(PROBLEM DESCRIPTION):
Take the entries below and print, exactly, the stretch from the line containing "v 83.5 -6.25 -6.25" through the line containing "v 92 -5.897 -26.366", both included.

(RECORDED INFORMATION):
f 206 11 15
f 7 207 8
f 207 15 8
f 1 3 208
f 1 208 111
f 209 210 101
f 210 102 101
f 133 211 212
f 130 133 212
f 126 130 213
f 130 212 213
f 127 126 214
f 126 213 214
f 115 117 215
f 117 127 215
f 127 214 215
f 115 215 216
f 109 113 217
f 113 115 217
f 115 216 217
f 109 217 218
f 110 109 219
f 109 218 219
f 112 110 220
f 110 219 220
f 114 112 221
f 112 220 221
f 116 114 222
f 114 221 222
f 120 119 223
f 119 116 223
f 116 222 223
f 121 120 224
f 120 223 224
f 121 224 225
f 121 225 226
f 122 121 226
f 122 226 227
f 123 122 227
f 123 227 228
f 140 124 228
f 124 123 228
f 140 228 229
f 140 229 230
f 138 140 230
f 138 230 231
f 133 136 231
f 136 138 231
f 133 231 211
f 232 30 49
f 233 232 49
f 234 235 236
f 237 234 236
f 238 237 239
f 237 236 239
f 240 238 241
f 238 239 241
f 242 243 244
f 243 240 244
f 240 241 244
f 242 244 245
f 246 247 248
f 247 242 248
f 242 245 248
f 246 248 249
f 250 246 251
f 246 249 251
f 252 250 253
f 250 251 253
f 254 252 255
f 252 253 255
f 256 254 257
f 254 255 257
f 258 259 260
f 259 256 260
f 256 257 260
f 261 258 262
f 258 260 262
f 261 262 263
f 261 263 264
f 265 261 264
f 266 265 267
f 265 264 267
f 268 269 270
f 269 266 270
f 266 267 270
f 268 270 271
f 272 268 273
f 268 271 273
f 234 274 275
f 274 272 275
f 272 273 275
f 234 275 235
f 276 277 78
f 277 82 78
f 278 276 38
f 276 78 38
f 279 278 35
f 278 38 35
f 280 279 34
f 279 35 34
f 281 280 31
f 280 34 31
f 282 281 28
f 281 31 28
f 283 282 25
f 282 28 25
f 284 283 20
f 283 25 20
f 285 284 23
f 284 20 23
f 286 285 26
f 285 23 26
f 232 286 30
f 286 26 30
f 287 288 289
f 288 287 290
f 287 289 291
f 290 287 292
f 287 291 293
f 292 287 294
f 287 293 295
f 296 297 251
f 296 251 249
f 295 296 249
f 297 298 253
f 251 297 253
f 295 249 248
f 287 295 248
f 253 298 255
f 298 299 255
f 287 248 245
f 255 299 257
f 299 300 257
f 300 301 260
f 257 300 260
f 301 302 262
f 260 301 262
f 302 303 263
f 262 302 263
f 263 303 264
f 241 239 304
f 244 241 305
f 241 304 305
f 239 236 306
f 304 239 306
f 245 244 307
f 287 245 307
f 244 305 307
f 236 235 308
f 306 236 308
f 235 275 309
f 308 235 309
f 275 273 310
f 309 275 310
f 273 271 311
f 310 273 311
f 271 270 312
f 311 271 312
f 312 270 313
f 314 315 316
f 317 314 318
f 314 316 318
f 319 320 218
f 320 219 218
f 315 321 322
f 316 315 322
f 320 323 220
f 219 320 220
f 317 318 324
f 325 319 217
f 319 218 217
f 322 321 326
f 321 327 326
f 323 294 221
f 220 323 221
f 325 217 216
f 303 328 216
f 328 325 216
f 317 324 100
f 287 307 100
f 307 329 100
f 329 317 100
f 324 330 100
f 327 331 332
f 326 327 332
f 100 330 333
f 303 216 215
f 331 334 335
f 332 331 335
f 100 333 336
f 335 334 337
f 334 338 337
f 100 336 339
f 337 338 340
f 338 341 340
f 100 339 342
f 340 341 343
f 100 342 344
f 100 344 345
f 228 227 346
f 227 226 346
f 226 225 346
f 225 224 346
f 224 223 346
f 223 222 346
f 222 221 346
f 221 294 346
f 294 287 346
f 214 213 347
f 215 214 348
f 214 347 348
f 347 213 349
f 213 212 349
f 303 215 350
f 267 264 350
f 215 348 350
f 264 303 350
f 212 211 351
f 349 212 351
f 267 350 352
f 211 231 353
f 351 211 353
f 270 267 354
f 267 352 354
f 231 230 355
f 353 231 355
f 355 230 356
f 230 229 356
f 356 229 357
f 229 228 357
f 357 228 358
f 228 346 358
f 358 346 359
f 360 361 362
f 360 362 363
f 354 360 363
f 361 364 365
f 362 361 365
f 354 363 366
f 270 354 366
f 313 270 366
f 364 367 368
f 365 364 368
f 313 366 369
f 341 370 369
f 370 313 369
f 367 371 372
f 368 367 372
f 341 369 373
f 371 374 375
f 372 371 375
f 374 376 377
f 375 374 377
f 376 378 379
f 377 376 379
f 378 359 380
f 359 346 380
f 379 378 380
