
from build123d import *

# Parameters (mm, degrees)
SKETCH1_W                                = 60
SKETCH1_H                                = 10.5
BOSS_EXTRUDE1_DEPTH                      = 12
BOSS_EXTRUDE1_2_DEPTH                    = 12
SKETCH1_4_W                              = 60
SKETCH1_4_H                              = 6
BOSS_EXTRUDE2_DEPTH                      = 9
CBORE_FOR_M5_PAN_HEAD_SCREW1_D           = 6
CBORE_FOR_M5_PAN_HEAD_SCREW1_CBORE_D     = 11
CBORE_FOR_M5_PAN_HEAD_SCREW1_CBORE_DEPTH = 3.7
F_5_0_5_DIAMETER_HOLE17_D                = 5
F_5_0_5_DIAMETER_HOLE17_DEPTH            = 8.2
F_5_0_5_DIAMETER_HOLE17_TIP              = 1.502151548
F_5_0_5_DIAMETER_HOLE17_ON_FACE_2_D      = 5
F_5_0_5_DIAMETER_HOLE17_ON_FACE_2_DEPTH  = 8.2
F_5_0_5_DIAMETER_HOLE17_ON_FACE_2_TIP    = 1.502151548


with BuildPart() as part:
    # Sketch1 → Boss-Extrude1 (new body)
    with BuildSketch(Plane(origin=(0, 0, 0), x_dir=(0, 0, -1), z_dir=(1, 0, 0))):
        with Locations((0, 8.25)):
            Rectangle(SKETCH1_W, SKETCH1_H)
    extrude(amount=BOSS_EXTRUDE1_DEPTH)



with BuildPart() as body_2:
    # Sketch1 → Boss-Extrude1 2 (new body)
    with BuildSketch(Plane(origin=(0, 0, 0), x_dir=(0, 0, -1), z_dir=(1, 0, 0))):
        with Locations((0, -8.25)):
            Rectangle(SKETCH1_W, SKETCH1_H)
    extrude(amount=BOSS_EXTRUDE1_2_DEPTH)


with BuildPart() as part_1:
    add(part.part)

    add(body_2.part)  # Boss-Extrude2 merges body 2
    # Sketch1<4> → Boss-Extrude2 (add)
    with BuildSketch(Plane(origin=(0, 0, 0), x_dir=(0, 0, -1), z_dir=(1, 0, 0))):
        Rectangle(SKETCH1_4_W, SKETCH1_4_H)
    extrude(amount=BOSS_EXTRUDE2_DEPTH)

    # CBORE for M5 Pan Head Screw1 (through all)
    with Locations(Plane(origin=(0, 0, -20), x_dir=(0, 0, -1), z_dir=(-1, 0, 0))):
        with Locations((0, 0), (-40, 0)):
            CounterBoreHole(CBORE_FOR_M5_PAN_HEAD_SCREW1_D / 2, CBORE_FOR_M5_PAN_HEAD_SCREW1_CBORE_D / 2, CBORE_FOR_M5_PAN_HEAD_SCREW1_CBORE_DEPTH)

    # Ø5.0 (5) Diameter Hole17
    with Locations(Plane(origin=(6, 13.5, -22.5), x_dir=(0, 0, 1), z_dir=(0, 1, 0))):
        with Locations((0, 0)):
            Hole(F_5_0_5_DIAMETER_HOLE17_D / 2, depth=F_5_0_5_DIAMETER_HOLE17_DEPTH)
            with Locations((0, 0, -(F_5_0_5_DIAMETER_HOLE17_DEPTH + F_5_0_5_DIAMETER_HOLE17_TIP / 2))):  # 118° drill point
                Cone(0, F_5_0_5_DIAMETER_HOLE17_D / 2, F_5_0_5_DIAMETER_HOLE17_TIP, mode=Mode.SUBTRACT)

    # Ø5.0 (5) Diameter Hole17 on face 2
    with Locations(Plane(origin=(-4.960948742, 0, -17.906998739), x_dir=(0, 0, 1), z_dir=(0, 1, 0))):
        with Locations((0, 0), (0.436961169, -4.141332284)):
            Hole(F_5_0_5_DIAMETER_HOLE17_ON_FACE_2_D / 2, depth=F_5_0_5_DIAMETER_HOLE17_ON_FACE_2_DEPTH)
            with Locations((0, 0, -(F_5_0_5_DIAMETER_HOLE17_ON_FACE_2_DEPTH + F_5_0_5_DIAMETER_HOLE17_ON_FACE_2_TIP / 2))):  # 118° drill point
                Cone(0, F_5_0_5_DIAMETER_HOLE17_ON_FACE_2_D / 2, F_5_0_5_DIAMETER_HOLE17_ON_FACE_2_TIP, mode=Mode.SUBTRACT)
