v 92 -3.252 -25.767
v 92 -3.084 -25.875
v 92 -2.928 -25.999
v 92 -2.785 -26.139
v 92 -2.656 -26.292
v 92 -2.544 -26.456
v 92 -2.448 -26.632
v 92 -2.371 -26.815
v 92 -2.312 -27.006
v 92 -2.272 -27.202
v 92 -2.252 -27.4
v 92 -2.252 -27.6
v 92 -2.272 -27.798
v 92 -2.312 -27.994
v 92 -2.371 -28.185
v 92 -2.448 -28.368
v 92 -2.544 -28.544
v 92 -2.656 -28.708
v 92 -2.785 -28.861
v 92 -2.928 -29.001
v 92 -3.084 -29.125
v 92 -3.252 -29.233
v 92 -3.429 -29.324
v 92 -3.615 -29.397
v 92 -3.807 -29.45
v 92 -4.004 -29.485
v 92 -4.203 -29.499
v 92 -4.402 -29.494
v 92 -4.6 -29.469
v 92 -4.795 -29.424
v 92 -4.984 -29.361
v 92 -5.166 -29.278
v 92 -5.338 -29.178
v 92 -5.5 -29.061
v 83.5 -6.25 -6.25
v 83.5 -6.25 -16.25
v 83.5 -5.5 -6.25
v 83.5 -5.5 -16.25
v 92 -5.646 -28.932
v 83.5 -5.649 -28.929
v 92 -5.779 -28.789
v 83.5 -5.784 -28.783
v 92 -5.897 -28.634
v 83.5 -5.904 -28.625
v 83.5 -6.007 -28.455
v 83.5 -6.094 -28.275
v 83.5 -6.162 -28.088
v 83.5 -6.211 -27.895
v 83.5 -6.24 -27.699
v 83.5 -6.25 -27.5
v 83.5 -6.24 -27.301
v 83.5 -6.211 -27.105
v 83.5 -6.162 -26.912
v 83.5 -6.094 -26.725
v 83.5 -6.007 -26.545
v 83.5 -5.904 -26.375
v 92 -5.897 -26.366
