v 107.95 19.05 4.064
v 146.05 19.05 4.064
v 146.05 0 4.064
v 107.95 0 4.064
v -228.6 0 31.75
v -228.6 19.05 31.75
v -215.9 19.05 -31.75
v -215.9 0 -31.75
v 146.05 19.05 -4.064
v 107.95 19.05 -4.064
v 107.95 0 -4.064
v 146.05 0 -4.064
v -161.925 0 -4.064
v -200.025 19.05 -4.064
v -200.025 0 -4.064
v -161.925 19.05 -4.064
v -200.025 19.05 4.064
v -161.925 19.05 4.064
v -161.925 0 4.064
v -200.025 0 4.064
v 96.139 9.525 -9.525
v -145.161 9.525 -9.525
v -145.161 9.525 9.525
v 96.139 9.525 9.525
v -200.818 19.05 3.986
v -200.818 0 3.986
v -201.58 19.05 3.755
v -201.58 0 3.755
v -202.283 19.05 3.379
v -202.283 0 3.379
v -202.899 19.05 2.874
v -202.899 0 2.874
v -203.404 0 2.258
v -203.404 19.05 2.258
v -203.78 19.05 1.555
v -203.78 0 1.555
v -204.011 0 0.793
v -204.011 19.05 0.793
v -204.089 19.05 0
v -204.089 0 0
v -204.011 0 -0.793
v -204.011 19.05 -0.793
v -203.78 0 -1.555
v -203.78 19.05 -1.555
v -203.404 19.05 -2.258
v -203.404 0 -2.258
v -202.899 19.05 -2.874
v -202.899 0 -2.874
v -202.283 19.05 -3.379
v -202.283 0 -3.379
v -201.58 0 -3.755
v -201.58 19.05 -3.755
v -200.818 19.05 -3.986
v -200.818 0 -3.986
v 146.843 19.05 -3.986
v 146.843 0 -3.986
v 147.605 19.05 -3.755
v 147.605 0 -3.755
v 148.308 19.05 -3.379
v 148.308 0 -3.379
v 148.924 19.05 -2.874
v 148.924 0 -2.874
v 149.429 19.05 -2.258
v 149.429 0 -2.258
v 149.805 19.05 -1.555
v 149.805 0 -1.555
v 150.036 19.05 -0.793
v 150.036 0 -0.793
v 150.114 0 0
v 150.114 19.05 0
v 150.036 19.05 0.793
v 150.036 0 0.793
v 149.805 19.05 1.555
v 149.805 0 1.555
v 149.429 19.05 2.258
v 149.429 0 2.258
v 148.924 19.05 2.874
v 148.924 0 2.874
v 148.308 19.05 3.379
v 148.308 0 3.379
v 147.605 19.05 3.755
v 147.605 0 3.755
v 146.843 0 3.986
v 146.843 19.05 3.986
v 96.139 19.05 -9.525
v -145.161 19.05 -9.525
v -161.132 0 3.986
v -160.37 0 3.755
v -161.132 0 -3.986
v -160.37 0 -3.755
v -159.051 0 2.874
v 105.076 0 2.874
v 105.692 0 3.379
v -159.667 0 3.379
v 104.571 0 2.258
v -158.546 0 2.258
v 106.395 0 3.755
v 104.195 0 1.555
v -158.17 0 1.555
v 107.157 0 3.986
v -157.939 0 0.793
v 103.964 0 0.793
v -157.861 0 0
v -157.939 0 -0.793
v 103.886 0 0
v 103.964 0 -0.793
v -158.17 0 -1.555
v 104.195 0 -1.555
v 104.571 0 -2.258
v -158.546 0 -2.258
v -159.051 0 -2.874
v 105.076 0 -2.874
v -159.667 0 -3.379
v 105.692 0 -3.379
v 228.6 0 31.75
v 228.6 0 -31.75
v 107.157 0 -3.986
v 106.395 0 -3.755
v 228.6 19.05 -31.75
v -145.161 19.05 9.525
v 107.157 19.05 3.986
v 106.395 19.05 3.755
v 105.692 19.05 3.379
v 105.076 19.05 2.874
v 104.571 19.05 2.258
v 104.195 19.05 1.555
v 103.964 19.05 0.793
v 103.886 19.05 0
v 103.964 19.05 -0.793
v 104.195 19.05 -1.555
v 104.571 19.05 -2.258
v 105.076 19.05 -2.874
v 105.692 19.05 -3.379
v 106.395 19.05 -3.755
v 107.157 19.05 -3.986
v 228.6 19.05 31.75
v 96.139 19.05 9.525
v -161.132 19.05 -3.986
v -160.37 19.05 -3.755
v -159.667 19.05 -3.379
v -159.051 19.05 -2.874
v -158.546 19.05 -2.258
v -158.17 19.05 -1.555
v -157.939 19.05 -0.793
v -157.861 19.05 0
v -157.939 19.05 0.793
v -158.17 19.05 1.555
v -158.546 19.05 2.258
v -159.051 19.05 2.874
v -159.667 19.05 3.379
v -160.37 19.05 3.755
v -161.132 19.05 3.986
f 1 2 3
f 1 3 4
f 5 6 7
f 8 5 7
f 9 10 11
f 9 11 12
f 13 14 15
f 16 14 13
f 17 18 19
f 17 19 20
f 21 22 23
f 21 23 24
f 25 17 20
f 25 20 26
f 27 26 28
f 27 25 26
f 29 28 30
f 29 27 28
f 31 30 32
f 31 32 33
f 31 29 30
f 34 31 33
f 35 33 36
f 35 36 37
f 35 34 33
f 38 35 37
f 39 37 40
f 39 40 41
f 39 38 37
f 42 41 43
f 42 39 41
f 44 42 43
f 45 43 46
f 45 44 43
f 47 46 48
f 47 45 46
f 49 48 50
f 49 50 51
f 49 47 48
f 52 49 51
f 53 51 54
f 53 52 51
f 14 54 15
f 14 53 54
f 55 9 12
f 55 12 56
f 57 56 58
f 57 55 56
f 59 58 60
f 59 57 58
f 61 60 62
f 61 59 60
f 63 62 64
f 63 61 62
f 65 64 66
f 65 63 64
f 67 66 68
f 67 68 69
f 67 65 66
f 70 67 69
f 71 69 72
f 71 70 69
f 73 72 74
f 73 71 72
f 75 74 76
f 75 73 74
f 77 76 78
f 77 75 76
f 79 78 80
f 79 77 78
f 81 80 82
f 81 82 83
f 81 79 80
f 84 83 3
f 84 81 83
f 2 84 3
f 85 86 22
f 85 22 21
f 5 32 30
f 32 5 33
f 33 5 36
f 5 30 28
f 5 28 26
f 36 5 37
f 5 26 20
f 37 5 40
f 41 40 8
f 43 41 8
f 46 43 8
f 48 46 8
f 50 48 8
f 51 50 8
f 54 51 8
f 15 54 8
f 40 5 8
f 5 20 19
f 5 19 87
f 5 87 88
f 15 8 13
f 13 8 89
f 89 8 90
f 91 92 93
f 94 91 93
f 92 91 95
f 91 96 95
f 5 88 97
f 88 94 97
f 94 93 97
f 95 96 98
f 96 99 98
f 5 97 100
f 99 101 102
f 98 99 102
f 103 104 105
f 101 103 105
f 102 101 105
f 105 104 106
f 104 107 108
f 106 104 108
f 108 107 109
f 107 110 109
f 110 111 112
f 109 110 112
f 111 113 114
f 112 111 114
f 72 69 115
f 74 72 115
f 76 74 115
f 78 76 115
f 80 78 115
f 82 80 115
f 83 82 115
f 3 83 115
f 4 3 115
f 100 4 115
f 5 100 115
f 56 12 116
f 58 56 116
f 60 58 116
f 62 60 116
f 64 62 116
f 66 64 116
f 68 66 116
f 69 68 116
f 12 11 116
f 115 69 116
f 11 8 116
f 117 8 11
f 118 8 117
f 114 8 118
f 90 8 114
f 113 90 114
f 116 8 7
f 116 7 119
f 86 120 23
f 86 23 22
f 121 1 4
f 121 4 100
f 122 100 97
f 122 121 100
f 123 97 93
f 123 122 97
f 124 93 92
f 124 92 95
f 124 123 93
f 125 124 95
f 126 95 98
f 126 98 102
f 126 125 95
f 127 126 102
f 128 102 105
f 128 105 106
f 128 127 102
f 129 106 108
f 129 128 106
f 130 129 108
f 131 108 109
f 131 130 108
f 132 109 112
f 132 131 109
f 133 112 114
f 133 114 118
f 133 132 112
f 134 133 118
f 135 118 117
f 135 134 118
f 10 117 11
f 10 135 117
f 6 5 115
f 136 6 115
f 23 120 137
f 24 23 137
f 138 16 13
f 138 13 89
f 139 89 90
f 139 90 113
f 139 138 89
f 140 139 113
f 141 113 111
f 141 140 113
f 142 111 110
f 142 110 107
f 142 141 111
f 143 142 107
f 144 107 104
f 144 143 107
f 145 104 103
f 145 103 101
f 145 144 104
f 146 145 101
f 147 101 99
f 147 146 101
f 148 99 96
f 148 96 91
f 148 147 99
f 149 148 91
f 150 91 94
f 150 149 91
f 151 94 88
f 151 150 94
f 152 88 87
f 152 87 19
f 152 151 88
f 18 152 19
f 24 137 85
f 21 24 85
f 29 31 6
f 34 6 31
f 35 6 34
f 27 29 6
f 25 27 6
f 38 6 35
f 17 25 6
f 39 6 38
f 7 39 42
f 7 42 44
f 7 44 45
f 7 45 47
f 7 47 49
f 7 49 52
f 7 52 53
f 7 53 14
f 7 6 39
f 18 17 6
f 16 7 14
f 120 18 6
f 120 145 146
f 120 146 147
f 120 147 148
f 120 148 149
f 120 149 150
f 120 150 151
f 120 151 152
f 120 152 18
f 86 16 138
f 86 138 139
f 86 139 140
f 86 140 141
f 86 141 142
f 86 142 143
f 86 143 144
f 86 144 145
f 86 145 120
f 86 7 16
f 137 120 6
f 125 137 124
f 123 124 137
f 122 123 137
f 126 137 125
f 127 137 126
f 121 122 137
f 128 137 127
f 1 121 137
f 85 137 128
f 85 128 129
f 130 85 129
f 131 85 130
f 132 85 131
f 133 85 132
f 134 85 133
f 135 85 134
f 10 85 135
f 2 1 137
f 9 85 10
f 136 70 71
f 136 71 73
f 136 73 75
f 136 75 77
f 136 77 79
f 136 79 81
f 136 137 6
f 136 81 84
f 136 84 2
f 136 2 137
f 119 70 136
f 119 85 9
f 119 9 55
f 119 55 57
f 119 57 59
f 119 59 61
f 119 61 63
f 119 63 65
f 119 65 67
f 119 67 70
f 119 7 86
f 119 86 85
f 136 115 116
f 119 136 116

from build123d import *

# Parameters (mm, degrees)
SKETCH1_W           = 457.2
SKETCH1_H           = 63.5
BOSS_EXTRUDE1_DEPTH = 19.05
CUT_EXTRUDE1_DEPTH  = 19.05
CUT_EXTRUDE2_DEPTH  = 232.579198116
SKETCH5_W           = 241.3
SKETCH5_H           = 19.05
CUT_EXTRUDE3_DEPTH  = 9.525


with BuildPart() as part:
    # Sketch1 → Boss-Extrude1 (new body)
    with BuildSketch(Plane(origin=(0, 0, 0), x_dir=(1, 0, 0), z_dir=(0, 1, 0))):
        Rectangle(SKETCH1_W, SKETCH1_H)
    extrude(amount=BOSS_EXTRUDE1_DEPTH)

    # Sketch2 → Cut-Extrude1 (cut)
    with BuildSketch(Plane(origin=(0, 19.05, 0), x_dir=(1, 0, 0), z_dir=(0, 1, 0))):
        with BuildLine():
            Line((146.05, -4.064), (107.95, -4.064))
            ThreePointArc((107.95, -4.064), (103.886, 0), (107.95, 4.064))
            Line((107.95, 4.064), (146.05, 4.064))
            ThreePointArc((146.05, 4.064), (150.114, 0), (146.05, -4.064))
        make_face()
        with BuildLine():
            Line((-200.025, 4.064), (-161.925, 4.064))
            ThreePointArc((-161.925, 4.064), (-157.861, 0), (-161.925, -4.064))
            Line((-161.925, -4.064), (-200.025, -4.064))
            ThreePointArc((-200.025, -4.064), (-204.089, 0), (-200.025, 4.064))
        make_face()
    extrude(amount=-CUT_EXTRUDE1_DEPTH, mode=Mode.SUBTRACT)

    # Sketch3 → Cut-Extrude2 (cut, through all)
    with BuildSketch(Plane(origin=(0, 19.05, 0), x_dir=(1, 0, 0), z_dir=(0, 1, 0))):
        Polygon((-228.6, 31.75), (-228.6, -31.75), (-215.9, 31.75), align=None)
    extrude(amount=-CUT_EXTRUDE2_DEPTH, mode=Mode.SUBTRACT)

    # Sketch5 → Cut-Extrude3 (cut)
    with BuildSketch(Plane(origin=(0, 19.05, 0), x_dir=(1, 0, 0), z_dir=(0, 1, 0))):
        with Locations((-24.511, 0)):
            Rectangle(SKETCH5_W, SKETCH5_H)
    extrude(amount=-CUT_EXTRUDE3_DEPTH, mode=Mode.SUBTRACT)


solid = part.part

(SOLUTION):
v 83.5 -6.25 -6.25
v 83.5 -6.25 -16.25
v 83.5 -5.5 -6.25
v 83.5 -5.5 -16.25
v 92 -5.646 -28.932
v 83.5 -5.649 -28.929
v 92 -5.779 -28.789
v 83.5 -5.784 -28.783
v 92 -5.897 -28.634
v 83.5 -5.904 -28.625
v 83.5 -6.007 -28.455
v 83.5 -6.094 -28.275
v 83.5 -6.162 -28.088
v 83.5 -6.211 -27.895
v 83.5 -6.24 -27.699
v 83.5 -6.25 -27.5
v 83.5 -6.24 -27.301
v 83.5 -6.211 -27.105
v 83.5 -6.162 -26.912
v 83.5 -6.094 -26.725
v 83.5 -6.007 -26.545
v 83.5 -5.904 -26.375
v 92 -5.897 -26.366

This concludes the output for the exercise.